Sunday 27 August 2017

The Divided Brain

The Divided Brain, from Iain McGilchrist

The Divisions of the brain has a rocky history, particularly in our understanding of how we think creativity works in the brain. McGilchrist thinks this needs to be re-addressed, particularly from its simplistic explanation. The common split, suggesting that the brain is equally divided on the left by rational and the right for emotion and creativity is now thought to be wholly wrong. Both side have important roles to play in every mode of thinking.

There is something very important to understand, particularly in humans, about this division, particularly in relation to the function of the corpus callosum, whose role it turns out is to "inhibit" the function of one hemisphere from the other. 

The brain's asymmetry is there for a reason, mostly to do with the types of focus we have to have. the left is for narrow focus, the right is for a broader outlook. This is borne out by people who have damaged one or other of their hemispheres.

When we know something is important and we wish to be precise about it, we use our left hemisphere.
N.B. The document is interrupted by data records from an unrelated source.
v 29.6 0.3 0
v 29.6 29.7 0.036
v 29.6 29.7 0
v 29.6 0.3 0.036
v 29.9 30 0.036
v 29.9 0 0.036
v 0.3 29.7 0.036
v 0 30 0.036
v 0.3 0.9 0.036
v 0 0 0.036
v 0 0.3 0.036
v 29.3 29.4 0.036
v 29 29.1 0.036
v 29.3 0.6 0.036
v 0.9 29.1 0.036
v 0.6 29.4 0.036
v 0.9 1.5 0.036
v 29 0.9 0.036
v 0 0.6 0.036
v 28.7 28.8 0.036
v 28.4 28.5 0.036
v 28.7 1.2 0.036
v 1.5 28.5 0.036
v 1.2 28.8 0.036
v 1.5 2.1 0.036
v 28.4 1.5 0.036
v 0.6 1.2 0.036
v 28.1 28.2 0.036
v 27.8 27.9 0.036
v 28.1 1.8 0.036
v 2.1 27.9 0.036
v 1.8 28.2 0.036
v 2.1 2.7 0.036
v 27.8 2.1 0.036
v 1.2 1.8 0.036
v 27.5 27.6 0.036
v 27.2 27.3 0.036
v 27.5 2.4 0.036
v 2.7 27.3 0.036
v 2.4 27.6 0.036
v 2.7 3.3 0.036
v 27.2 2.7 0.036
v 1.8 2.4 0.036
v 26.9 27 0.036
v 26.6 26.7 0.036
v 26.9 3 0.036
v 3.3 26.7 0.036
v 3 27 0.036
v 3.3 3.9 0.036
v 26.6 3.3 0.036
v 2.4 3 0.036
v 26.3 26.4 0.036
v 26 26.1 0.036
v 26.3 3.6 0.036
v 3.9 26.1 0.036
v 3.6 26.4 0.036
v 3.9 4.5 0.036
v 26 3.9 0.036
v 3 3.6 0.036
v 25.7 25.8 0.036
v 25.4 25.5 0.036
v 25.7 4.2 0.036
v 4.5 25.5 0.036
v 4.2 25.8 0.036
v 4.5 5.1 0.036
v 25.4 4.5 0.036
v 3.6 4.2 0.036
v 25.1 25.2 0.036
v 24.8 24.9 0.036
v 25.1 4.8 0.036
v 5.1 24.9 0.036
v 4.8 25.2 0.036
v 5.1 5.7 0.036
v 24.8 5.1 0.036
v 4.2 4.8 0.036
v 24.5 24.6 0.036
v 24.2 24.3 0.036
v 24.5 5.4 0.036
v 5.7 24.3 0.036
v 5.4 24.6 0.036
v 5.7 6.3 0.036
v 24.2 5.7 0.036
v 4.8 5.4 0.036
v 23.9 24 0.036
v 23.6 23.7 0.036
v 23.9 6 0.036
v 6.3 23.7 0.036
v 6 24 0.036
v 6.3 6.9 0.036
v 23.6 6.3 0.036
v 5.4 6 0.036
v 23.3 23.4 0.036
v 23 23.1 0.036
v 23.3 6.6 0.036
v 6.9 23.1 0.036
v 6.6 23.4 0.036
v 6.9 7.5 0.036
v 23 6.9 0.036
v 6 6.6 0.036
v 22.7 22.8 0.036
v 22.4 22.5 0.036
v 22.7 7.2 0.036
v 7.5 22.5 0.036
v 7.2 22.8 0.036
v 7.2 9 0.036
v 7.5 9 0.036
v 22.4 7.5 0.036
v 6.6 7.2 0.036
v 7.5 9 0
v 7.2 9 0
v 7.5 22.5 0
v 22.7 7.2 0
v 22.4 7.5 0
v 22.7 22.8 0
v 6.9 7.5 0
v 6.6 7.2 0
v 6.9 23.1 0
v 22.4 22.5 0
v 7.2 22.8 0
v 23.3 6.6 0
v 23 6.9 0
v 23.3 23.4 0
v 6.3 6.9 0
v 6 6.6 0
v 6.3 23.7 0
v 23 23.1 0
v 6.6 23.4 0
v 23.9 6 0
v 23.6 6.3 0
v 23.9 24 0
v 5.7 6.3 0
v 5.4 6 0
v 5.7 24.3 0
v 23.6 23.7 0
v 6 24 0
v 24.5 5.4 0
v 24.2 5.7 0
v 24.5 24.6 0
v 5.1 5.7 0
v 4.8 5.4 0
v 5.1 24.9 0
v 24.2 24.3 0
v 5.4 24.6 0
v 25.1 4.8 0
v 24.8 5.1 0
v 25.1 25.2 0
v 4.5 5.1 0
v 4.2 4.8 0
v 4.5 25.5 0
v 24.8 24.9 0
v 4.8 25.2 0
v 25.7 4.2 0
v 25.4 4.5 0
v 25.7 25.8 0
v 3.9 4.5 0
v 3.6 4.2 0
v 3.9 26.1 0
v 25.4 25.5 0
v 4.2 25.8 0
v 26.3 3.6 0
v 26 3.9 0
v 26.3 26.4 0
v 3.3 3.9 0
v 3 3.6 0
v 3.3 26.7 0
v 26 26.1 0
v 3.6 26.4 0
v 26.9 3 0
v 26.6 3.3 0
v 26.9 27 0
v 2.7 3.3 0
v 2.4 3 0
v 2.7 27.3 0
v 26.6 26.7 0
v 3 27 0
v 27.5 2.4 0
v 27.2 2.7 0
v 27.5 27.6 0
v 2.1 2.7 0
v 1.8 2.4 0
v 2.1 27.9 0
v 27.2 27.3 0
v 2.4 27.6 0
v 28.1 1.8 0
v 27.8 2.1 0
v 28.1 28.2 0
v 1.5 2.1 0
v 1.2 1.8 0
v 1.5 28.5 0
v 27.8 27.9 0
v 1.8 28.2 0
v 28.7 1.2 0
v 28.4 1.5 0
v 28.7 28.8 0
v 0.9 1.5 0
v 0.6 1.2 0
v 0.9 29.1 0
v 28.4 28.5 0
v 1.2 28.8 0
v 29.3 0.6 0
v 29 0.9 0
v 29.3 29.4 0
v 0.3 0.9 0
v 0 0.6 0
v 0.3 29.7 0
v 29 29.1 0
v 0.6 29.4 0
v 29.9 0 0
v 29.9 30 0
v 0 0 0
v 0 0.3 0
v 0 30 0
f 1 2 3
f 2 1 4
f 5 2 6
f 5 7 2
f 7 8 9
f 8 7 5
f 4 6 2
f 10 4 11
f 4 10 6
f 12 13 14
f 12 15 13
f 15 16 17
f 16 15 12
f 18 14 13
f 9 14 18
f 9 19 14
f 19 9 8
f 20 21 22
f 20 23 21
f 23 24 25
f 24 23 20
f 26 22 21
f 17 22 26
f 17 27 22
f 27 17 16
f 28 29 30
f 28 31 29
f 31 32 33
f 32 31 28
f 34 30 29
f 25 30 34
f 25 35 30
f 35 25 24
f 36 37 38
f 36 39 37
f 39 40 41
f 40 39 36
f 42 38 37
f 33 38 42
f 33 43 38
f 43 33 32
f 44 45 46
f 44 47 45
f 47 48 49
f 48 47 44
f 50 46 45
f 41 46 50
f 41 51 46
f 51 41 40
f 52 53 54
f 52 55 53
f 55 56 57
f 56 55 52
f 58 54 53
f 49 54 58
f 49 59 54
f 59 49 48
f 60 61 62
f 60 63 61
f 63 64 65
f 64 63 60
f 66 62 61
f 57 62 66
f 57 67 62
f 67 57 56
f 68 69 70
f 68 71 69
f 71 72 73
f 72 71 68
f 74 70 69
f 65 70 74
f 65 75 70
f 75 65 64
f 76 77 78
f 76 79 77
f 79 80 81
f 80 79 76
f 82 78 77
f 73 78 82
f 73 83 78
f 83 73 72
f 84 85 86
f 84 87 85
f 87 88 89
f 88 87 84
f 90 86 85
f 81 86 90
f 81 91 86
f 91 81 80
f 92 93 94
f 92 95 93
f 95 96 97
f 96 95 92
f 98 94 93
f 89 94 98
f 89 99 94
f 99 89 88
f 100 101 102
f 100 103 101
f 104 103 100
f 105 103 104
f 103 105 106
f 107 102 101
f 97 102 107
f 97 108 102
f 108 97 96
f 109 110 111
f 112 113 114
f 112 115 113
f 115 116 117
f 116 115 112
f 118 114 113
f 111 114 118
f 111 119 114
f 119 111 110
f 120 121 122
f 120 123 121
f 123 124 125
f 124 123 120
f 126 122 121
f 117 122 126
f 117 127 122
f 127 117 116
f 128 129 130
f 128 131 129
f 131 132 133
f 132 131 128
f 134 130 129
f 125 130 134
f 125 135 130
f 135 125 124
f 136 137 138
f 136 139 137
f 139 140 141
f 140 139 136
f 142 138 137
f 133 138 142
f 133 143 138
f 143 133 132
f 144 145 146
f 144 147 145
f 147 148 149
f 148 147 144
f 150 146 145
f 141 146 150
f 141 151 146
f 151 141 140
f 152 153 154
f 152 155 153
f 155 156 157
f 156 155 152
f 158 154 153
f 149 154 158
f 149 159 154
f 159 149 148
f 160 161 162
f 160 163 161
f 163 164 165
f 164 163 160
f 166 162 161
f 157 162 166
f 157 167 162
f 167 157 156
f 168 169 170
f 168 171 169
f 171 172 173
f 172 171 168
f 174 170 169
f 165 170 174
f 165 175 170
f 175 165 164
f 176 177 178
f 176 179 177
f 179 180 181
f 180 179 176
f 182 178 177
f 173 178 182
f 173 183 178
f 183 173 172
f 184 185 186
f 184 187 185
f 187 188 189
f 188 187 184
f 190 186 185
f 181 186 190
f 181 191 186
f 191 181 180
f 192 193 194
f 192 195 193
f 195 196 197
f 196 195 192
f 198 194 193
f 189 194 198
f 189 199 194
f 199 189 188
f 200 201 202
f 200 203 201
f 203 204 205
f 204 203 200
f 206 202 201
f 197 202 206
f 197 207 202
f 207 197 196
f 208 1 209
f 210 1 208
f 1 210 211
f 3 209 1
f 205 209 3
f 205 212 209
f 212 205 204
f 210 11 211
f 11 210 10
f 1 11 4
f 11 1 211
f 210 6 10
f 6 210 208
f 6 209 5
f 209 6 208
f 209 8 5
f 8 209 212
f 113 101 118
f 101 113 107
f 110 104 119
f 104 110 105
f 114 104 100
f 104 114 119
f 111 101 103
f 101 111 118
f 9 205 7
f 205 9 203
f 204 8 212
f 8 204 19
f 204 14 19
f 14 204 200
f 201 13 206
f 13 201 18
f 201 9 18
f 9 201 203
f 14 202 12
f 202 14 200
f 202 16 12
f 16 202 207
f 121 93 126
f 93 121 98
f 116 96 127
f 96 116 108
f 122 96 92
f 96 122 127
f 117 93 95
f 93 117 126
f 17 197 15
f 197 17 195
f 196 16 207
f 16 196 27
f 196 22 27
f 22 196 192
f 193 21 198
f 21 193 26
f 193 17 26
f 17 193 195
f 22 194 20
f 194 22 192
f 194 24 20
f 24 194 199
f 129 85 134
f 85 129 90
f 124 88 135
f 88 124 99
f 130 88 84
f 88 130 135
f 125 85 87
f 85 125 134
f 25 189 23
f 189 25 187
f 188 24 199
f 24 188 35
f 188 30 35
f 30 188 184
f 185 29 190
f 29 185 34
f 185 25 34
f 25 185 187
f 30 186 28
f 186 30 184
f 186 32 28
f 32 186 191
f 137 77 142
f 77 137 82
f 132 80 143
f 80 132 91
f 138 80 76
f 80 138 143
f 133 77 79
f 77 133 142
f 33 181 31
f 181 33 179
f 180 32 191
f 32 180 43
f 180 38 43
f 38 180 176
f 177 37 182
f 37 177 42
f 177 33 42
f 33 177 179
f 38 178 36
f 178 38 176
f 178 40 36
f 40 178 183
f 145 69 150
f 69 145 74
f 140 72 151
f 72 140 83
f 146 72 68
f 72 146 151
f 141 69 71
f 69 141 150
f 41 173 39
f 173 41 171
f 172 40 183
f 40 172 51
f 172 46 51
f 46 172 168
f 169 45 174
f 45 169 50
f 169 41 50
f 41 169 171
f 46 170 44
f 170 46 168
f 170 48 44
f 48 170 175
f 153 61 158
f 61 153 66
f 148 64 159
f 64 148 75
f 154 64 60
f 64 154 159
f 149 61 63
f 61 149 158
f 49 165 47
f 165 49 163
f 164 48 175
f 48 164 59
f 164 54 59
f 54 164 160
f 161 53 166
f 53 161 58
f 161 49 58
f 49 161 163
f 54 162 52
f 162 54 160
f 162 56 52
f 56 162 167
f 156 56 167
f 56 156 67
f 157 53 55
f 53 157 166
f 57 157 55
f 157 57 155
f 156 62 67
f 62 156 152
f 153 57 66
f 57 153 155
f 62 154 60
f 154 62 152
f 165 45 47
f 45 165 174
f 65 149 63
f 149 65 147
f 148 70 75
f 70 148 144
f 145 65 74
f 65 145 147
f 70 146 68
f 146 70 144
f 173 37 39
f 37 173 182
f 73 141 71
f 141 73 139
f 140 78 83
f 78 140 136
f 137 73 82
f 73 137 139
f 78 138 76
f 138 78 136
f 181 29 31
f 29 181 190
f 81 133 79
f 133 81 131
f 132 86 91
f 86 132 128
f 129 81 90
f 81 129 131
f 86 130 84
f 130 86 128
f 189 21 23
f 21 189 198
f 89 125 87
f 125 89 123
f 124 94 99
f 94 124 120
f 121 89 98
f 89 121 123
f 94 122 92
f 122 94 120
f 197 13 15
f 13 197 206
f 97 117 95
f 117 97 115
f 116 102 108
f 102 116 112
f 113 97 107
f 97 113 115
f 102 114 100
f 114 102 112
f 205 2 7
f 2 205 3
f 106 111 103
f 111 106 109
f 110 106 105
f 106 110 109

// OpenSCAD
// Physical dimensions
turns = 12;
length = 29.6;
width = 30;
copper_width = 0.3;
copper_spacing = 0.3;
thickness = 0.03556;

for(i=[0:turns]) {
    // Bottom half horizontal lines
    // Starting condition
    if(i < 2) {
        translate([0,2*i*copper_spacing,0])
            cube([length - 2*i*copper_spacing,copper_width,thickness]);
    }
    else {
        translate([2*(i-1)*copper_spacing,2*i*copper_spacing,0])
            cube([length - (4*i-2)*copper_spacing,copper_width,thickness]);
    }
    
    // Right half vertical lines
    translate([length-2*i*copper_spacing,2*i*copper_spacing,0])
        cube([copper_width,width - 4*i*copper_spacing,thickness]);
    
    // Top half horizontal lines
    translate([2*(turns-i)*copper_spacing,width-2*(turns-i)*copper_spacing-copper_spacing,0])
        cube([length-4*(turns-i)*copper_spacing,copper_width,thickness]);
    
    // Left half vertical lines
    if(i < 1) {
        translate([0,2*copper_spacing,0])
            cube([copper_width,(width - 2*copper_spacing),thickness]);
    }
    // Last segment must be shorter in order to add the connexion pads
    if(i==turns) {
        translate([2*i*copper_spacing,2*(i+3)*copper_spacing,0])
            cube([copper_width,width-(4*i+6)*copper_spacing,thickness]);
    }
    else {
        translate([2*i*copper_spacing,2*(i+1)*copper_spacing,0])
            cube([copper_width,width-(4*i+2)*copper_spacing,thickness]);
    }  
}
When we need a more general awareness we use our right.

Our ability to empathise with others is what allows us to read other people's minds and intentions, and this is what allows us to make bonds with other people.

Our minds use a simplified version of reality and we use mental maps to know where things are and what is important to us. The right hemisphere is used to understand things in context and to understand their implicit meaning. It deals with the embodied world.



For imagination you need both hemispheres, for reason you need both hemispheres.

There is an interesting metaphor used by McGilchrist of understanding the world in the left hemisphere as essentially lifeless and deals with things that are static and essentially lifeless. The right hemisphere as understanding the world as embodied, individual and living.

This offers us two versions of the world, which has favoured the left "rational" side which is not right and has led to many deficiencies in our current view of our place in society.

We have developed something that looks distinctly like the left hemisphere view of the world. Control lead to paranoia. The left hemisphere view seems to be more consistent, largely because it has made it so. A self-fulfilling prophesy.

We must return to what the right hemisphere knows.

As Einstein said, "the intuitive mind is a sacred gift and the rational mind is a faithful servant...we have created a society that honours the servant and has forgotten the gift".